*Assignment*: Where the records below reach the line containing "#82=ORIENTED_EDGE('',*,*,#81,.F.);", start transcribing, and end with the line containing "#98=ORIENTED_EDGE('',*,*,#97,.F.);", exactly and with nothing else added.

---------- Source information

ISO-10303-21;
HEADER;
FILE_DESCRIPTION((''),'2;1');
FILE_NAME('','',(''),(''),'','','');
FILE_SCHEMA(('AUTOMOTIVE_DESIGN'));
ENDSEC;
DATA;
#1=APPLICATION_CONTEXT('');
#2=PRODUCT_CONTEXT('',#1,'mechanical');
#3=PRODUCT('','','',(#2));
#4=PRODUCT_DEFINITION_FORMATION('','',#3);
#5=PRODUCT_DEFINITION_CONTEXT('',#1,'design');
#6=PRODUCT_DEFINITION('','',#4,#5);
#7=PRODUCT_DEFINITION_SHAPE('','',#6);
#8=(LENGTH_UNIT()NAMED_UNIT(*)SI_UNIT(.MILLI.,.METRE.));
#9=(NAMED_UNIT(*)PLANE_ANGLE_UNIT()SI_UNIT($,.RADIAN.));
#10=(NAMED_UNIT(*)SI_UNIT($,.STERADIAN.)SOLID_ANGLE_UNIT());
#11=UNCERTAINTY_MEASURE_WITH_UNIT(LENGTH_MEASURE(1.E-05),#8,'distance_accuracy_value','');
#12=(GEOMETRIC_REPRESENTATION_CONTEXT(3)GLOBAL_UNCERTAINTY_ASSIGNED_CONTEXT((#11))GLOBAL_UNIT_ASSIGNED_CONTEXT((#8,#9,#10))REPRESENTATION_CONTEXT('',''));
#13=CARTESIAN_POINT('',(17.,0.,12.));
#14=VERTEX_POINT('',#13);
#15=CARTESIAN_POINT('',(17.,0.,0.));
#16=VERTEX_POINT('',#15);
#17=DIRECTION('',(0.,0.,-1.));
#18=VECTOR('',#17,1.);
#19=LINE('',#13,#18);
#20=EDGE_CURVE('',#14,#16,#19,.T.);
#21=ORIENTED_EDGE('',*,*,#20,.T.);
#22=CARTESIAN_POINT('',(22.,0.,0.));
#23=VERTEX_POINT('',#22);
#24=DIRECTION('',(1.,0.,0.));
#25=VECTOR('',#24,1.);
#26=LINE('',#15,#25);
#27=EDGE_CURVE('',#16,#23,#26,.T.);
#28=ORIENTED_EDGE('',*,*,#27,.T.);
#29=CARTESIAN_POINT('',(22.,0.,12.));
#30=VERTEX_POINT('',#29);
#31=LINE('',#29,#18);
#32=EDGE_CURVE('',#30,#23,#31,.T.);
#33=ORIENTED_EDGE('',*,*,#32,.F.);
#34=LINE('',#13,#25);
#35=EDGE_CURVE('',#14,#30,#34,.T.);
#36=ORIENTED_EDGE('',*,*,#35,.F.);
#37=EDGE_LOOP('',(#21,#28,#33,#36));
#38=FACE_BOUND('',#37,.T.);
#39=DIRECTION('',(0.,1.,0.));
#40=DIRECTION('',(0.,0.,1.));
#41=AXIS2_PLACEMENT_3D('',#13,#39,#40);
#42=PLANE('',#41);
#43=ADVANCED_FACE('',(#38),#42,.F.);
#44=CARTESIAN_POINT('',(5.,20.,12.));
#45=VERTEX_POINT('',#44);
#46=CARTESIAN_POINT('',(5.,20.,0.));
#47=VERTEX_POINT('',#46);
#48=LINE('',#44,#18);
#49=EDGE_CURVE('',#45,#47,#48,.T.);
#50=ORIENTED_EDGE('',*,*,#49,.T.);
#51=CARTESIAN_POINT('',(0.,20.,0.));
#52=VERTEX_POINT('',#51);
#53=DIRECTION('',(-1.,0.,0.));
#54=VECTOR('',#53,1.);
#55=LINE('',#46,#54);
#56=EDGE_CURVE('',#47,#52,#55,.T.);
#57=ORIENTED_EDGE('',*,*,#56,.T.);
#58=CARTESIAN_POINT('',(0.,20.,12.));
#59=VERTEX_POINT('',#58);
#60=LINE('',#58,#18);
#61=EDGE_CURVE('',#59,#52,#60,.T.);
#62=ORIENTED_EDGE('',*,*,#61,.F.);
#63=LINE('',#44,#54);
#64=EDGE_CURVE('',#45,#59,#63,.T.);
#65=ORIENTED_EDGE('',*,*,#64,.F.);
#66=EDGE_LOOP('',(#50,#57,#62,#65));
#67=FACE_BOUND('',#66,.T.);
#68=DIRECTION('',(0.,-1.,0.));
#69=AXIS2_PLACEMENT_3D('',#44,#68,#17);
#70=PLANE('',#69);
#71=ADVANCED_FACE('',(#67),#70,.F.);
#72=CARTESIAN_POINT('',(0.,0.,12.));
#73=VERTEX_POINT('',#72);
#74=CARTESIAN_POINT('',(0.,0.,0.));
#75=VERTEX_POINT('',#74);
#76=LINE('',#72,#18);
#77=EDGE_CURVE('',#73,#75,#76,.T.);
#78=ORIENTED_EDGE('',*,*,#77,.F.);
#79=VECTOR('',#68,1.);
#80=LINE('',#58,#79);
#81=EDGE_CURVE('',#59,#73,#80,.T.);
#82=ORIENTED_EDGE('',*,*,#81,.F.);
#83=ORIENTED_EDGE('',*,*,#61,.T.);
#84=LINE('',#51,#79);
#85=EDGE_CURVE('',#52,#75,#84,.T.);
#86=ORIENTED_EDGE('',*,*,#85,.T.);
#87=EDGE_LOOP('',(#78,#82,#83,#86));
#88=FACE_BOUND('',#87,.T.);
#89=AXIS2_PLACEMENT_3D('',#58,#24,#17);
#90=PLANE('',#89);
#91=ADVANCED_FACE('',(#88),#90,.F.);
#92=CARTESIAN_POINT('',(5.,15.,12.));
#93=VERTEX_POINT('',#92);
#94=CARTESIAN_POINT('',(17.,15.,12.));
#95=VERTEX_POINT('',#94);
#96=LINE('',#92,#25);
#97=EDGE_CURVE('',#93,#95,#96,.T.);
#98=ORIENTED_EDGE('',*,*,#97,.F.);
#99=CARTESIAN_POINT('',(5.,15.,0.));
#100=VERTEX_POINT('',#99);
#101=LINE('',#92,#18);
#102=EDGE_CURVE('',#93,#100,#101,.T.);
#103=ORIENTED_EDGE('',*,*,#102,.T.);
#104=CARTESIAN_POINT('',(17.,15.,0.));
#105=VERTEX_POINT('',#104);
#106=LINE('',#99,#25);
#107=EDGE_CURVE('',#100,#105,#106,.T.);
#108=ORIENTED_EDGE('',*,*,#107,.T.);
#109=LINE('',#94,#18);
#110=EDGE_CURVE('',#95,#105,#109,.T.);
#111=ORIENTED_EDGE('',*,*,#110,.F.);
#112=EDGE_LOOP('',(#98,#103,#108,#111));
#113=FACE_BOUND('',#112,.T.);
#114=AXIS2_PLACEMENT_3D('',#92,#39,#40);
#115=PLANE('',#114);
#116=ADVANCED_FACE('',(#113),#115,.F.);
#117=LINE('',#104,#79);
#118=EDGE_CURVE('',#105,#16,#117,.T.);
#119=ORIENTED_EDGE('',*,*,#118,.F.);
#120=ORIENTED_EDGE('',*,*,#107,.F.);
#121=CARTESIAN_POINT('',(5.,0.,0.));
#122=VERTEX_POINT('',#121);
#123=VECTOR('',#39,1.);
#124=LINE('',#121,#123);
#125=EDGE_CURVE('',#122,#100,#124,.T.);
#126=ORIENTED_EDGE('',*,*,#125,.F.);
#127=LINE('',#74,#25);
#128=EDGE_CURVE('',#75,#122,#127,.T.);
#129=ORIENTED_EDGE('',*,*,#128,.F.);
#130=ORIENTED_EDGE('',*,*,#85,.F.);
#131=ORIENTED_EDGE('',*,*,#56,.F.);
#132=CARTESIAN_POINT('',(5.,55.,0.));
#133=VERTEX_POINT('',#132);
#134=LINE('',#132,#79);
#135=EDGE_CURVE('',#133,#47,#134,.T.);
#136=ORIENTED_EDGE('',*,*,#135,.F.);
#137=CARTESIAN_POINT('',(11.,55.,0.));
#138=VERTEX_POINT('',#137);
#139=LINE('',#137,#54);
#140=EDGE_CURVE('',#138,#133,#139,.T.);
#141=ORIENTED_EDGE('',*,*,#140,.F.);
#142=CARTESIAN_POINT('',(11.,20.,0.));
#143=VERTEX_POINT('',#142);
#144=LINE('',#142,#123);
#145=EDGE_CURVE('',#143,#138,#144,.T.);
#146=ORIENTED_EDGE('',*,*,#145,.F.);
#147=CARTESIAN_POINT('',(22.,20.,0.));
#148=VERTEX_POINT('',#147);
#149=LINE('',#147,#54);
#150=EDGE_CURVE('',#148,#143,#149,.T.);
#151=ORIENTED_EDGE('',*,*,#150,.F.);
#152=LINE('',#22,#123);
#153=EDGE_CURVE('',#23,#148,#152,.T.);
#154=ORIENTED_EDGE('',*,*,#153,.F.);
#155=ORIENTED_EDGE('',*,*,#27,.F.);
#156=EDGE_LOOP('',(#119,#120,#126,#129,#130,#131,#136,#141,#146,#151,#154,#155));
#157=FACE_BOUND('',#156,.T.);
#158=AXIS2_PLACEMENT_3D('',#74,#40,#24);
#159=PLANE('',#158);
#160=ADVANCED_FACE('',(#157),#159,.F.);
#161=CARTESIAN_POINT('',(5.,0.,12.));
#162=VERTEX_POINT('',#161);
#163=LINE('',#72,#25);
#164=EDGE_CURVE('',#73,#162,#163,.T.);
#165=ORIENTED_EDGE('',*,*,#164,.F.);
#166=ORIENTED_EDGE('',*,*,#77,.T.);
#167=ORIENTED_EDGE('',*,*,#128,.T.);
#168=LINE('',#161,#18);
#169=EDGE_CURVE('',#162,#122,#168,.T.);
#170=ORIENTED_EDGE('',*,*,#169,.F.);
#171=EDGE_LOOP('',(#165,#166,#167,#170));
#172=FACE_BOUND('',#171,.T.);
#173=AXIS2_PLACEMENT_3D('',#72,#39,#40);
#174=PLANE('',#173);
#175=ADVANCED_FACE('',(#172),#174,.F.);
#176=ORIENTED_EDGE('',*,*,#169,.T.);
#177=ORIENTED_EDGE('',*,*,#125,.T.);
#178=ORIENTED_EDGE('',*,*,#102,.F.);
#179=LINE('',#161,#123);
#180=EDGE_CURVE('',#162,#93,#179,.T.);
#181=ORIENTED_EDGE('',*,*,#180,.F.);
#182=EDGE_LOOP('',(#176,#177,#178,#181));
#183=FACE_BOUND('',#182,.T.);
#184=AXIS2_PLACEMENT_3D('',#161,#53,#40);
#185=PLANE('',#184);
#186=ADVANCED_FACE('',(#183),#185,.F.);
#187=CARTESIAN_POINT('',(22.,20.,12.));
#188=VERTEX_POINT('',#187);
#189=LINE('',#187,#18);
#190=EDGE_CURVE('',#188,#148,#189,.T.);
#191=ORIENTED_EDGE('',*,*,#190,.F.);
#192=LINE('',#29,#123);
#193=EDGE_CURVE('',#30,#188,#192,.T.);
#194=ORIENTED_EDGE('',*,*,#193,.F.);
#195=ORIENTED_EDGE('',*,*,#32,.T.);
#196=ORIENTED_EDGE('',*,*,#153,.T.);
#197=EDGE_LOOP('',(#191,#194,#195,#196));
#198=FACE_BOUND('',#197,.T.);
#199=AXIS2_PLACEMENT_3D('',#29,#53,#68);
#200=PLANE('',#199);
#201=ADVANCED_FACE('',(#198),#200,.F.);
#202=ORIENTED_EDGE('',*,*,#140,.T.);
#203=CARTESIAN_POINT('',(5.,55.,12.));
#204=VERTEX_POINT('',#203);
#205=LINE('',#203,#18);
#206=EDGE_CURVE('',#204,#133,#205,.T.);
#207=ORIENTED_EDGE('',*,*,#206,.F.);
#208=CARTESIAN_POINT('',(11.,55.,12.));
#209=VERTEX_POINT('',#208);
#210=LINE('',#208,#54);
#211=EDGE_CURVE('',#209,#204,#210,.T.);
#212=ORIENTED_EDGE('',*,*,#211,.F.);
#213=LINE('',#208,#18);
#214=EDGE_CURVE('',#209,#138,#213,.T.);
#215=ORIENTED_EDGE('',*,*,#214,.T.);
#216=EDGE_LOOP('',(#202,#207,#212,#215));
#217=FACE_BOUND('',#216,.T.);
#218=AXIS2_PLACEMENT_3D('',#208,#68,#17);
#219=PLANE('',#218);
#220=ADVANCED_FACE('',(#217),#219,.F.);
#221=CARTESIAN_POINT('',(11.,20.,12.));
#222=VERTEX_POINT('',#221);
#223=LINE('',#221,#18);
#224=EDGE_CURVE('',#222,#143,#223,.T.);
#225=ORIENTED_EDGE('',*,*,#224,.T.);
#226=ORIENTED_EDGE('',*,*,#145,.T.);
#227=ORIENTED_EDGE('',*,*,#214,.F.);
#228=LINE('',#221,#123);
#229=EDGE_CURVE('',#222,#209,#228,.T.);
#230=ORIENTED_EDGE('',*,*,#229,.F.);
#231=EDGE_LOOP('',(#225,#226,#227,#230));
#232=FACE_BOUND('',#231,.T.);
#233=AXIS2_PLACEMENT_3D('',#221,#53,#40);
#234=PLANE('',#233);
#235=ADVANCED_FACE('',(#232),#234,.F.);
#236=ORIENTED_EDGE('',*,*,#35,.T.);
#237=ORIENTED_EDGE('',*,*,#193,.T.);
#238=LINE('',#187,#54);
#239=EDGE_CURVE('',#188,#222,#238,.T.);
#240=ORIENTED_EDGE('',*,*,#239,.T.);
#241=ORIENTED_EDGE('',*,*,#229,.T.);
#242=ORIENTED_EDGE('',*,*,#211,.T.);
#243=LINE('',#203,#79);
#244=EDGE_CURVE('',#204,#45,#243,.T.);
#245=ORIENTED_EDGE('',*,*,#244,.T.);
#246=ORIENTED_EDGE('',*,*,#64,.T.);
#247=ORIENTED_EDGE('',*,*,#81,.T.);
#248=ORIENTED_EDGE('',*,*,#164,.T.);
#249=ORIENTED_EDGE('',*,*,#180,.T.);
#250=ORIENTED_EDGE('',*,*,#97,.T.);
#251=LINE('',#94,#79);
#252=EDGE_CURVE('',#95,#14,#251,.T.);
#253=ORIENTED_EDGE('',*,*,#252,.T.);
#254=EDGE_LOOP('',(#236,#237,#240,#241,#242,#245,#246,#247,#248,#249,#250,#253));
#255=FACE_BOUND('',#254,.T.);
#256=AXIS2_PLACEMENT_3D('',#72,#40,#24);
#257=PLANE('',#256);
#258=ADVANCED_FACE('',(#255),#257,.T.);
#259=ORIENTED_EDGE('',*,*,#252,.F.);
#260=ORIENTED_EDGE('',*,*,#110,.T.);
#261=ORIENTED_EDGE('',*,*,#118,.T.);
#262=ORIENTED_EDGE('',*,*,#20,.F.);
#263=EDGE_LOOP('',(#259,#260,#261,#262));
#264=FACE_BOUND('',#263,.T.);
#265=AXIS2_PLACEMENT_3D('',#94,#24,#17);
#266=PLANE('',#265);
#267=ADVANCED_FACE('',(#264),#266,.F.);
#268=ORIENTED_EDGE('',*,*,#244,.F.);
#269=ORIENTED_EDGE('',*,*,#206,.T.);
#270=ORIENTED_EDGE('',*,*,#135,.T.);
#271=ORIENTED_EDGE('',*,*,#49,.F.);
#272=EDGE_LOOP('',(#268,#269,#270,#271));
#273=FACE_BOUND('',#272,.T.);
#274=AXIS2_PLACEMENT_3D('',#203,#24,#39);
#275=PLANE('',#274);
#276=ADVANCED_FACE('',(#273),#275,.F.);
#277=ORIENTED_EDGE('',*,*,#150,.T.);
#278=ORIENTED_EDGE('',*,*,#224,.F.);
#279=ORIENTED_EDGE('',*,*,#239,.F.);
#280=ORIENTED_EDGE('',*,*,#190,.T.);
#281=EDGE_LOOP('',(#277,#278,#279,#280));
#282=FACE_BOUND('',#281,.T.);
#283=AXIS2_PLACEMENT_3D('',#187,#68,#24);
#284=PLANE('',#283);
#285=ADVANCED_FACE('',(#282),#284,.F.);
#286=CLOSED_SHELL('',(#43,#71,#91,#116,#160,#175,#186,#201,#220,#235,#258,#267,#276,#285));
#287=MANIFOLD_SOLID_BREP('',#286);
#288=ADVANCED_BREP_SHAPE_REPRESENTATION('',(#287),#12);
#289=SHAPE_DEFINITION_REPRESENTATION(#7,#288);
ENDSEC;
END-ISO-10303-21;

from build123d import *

# Parameters (mm, degrees)
EXTRUDE_1_DEPTH = 12


with BuildPart() as part:
    # Эскиз1 → Бобышка-Вытянуть1 (new body)
    with BuildSketch(Plane.XY):
        Polygon((0, 0), (5, 0), (5, 15), (17, 15), (17, 0), (22, 0), (22, 20), (11, 20), (11, 55), (5, 55), (5, 20), (0, 20), align=None)
    extrude(amount=EXTRUDE_1_DEPTH)


solid = part.part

--------------------

*Output below*:
#82=ORIENTED_EDGE('',*,*,#81,.F.);
#83=ORIENTED_EDGE('',*,*,#61,.T.);
#84=LINE('',#51,#79);
#85=EDGE_CURVE('',#52,#75,#84,.T.);
#86=ORIENTED_EDGE('',*,*,#85,.T.);
#87=EDGE_LOOP('',(#78,#82,#83,#86));
#88=FACE_BOUND('',#87,.T.);
#89=AXIS2_PLACEMENT_3D('',#58,#24,#17);
#90=PLANE('',#89);
#91=ADVANCED_FACE('',(#88),#90,.F.);
#92=CARTESIAN_POINT('',(5.,15.,12.));
#93=VERTEX_POINT('',#92);
#94=CARTESIAN_POINT('',(17.,15.,12.));
#95=VERTEX_POINT('',#94);
#96=LINE('',#92,#25);
#97=EDGE_CURVE('',#93,#95,#96,.T.);
#98=ORIENTED_EDGE('',*,*,#97,.F.);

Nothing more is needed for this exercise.